EXERCISE DETAILS:
Pull every line holding the word "DIRECTION" from the data below and copy it.

------------------------------

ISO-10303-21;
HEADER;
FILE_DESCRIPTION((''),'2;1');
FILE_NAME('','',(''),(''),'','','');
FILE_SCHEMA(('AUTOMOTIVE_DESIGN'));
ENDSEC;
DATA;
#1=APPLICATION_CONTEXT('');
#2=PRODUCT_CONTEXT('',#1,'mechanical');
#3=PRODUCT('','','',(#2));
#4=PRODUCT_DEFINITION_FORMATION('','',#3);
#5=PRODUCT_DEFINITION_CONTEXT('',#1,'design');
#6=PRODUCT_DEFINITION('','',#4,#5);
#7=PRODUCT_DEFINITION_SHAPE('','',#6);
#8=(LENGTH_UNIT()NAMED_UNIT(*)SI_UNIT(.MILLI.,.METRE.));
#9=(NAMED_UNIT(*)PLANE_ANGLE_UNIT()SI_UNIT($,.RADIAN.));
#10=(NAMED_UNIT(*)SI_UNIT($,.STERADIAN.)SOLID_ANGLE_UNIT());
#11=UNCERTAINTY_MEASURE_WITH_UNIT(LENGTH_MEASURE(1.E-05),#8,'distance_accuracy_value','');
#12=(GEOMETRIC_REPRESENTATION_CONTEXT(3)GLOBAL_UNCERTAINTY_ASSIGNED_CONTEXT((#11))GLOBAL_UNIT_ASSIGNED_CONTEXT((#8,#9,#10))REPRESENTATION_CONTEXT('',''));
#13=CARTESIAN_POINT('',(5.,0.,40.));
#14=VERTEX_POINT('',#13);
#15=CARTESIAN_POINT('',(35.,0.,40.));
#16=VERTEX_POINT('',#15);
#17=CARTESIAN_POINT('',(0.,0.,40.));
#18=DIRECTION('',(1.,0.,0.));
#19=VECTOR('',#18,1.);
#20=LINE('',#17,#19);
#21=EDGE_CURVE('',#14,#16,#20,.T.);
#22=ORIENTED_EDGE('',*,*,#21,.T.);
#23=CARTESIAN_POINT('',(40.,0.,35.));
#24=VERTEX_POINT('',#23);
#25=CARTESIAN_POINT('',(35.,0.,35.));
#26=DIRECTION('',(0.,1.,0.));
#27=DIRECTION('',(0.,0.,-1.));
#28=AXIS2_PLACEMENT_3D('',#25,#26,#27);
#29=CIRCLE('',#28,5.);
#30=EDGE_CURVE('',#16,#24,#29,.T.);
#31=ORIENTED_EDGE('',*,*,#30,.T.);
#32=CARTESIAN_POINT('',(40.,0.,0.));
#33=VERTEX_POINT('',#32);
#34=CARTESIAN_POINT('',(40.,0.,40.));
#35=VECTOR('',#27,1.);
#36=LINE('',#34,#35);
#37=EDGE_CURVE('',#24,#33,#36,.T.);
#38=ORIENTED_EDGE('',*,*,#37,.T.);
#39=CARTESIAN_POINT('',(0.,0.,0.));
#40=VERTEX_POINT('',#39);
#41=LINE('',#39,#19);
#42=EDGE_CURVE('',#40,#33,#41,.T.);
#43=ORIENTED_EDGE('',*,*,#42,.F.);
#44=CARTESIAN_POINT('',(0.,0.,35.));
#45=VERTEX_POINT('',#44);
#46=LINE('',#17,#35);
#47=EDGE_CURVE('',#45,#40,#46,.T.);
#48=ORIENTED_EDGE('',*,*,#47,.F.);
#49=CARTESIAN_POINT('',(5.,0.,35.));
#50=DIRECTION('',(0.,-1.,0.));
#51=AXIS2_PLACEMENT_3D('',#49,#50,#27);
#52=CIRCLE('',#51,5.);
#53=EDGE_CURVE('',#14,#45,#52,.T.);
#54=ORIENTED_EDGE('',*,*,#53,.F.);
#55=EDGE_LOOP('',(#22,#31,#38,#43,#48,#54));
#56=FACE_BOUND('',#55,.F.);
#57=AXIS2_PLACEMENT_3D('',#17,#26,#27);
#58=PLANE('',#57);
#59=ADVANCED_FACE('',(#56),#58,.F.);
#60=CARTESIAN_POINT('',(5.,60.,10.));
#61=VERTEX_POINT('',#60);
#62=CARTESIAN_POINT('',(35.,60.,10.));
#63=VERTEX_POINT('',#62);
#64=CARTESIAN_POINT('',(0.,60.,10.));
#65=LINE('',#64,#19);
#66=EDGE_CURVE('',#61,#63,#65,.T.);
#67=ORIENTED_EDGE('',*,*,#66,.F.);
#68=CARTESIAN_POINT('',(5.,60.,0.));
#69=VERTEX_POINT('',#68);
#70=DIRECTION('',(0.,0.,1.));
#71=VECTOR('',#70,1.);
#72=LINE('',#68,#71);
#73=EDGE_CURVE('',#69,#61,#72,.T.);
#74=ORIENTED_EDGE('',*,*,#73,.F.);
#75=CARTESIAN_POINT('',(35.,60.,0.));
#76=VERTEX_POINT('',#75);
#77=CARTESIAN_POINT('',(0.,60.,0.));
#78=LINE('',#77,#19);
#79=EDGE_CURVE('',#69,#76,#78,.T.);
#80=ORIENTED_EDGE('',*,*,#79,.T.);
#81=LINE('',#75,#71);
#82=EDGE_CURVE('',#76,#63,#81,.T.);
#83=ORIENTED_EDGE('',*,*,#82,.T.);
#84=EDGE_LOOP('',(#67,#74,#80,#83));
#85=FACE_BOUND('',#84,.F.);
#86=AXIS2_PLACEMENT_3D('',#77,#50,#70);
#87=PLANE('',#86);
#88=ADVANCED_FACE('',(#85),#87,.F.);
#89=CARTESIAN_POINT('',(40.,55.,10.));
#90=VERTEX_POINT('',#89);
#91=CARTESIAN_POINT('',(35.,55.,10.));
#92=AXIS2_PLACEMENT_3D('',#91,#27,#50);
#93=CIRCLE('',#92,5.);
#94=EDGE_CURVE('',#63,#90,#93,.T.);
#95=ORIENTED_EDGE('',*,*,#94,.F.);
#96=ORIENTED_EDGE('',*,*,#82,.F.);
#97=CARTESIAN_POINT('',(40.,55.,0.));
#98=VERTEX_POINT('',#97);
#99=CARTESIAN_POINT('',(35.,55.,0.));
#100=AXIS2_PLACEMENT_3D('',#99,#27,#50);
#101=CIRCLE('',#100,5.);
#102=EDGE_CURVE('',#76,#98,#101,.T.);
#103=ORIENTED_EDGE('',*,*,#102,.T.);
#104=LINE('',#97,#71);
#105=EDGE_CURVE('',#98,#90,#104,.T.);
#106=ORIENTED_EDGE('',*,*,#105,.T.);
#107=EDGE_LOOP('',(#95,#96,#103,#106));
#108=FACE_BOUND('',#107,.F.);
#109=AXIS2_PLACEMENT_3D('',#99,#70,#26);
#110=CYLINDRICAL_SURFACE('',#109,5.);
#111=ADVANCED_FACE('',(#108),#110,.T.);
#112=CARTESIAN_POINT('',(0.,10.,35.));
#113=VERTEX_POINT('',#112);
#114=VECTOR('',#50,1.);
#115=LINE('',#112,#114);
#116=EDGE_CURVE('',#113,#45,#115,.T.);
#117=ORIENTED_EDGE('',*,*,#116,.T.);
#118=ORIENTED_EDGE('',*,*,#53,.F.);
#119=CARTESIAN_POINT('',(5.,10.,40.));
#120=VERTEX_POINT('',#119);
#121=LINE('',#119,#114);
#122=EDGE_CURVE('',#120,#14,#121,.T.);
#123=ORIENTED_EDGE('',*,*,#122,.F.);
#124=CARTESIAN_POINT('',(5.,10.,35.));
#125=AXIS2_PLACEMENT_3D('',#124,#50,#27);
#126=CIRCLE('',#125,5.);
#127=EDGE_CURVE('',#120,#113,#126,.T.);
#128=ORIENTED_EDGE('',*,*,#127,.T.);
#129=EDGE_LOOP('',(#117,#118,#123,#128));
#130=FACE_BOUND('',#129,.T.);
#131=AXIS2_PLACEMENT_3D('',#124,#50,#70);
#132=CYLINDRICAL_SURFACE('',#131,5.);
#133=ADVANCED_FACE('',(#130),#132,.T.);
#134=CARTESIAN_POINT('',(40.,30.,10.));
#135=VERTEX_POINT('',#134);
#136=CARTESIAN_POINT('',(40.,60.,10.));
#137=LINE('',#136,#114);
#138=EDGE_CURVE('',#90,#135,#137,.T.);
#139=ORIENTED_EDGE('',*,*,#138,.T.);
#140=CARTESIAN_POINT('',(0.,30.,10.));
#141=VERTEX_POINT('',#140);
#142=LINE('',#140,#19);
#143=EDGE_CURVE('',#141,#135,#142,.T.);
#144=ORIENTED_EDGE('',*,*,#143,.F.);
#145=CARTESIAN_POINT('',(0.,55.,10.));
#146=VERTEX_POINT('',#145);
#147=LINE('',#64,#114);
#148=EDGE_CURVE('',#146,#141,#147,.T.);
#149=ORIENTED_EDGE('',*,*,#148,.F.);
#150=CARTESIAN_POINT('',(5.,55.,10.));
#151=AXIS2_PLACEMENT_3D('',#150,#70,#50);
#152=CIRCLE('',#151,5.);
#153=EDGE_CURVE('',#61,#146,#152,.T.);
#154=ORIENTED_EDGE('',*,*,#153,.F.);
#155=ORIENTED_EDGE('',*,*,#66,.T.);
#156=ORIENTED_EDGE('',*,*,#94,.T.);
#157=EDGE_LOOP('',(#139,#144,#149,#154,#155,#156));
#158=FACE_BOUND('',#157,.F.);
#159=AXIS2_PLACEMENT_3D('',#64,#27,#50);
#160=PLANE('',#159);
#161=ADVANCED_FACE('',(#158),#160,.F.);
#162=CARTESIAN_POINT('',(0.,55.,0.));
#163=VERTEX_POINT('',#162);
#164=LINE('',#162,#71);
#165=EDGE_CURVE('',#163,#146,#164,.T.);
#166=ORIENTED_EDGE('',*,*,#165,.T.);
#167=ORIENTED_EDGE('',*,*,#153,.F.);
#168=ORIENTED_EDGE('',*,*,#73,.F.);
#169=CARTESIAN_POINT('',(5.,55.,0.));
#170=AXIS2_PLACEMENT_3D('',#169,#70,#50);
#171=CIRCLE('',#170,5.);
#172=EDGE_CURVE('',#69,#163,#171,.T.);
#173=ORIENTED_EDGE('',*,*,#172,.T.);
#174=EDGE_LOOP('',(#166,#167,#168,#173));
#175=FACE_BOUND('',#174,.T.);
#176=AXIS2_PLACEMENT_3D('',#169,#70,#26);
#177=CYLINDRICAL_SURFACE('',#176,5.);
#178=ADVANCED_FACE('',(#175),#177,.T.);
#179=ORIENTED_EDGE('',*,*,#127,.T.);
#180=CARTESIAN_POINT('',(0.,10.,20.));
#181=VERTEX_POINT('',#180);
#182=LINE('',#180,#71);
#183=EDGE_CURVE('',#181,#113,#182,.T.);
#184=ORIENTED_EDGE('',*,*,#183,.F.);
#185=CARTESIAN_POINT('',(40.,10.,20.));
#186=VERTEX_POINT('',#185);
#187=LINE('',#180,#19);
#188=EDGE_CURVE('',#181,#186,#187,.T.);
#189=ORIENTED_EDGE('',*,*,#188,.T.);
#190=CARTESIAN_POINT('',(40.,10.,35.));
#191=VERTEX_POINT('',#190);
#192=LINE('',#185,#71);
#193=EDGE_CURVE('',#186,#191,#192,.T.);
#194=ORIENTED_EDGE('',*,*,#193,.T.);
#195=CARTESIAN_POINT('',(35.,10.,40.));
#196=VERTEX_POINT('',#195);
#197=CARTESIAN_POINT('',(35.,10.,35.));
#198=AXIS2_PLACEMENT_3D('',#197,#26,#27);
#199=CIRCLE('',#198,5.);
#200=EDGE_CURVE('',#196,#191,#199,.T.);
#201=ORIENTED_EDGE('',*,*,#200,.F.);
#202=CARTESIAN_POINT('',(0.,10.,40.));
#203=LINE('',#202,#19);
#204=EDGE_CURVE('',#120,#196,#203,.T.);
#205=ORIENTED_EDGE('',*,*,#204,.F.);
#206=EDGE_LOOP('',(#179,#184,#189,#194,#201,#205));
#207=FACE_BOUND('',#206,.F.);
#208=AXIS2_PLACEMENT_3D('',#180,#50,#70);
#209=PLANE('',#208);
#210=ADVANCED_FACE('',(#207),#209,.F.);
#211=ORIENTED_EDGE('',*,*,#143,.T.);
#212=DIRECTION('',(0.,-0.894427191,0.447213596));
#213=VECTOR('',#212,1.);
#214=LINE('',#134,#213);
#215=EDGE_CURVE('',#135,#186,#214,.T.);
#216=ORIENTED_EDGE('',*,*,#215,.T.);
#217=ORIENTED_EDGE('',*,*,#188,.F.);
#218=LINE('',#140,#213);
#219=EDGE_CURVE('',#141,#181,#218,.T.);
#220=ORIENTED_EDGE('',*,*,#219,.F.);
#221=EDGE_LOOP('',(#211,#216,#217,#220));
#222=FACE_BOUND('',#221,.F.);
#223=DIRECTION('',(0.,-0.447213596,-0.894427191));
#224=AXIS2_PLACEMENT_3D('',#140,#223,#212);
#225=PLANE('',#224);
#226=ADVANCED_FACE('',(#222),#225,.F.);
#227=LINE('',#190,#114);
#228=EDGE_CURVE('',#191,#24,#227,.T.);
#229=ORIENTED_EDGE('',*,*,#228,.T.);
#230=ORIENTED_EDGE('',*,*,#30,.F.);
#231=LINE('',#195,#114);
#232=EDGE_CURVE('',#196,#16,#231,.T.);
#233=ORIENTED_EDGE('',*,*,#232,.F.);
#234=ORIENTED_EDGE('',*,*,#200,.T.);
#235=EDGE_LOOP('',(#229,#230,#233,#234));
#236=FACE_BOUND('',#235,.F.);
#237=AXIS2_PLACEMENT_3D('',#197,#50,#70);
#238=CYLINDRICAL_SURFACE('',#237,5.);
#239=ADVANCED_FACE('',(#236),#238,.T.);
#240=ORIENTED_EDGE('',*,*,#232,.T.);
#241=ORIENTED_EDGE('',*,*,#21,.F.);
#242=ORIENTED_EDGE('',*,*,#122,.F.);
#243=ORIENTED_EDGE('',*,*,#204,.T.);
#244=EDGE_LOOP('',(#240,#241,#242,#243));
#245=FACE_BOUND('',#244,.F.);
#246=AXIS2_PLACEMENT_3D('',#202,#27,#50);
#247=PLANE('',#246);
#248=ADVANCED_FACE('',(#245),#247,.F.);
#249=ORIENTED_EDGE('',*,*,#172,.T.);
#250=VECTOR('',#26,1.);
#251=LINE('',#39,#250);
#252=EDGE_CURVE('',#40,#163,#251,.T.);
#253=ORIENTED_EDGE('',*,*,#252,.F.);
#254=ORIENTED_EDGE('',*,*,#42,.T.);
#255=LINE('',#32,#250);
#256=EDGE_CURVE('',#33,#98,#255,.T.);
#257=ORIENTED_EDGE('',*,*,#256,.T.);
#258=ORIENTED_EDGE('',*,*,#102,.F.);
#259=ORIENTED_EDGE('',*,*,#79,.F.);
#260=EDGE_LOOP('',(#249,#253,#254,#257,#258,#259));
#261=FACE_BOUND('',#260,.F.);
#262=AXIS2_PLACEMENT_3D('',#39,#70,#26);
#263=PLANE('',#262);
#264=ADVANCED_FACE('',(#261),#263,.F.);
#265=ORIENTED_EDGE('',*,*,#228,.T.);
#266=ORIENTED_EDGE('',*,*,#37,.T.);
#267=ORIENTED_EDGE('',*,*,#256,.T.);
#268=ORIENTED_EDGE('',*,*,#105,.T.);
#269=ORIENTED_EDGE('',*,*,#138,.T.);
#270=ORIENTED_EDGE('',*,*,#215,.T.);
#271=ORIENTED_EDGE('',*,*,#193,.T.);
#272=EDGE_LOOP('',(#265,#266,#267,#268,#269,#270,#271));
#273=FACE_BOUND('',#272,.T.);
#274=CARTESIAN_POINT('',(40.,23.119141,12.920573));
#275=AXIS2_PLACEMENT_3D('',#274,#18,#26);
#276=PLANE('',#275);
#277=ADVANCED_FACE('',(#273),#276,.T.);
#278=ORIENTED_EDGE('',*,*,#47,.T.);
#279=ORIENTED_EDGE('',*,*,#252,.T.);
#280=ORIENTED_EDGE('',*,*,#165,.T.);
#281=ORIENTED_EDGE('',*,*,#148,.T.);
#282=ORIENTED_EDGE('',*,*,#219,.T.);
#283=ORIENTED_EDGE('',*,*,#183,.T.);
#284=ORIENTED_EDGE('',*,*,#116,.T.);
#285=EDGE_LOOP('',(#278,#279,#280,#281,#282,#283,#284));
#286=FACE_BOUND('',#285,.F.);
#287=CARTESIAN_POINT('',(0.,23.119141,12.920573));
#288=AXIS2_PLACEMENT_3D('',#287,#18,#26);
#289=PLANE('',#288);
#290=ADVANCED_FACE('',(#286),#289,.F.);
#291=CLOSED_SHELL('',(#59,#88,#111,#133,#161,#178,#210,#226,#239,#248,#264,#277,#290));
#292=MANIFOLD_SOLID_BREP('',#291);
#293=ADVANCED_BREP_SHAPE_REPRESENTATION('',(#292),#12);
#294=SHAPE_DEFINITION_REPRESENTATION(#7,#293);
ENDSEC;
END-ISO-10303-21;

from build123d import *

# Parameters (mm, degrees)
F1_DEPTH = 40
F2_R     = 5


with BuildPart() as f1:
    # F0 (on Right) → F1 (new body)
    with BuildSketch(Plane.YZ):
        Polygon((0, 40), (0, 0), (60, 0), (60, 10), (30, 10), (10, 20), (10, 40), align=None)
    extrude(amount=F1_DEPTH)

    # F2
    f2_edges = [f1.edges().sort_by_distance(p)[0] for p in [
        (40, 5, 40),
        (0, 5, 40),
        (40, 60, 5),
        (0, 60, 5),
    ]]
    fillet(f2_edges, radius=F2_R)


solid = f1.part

------------------------------

EXERCISE RESPONSE:
#18=DIRECTION('',(1.,0.,0.));
#26=DIRECTION('',(0.,1.,0.));
#27=DIRECTION('',(0.,0.,-1.));
#50=DIRECTION('',(0.,-1.,0.));
#70=DIRECTION('',(0.,0.,1.));
#212=DIRECTION('',(0.,-0.894427191,0.447213596));
#223=DIRECTION('',(0.,-0.447213596,-0.894427191));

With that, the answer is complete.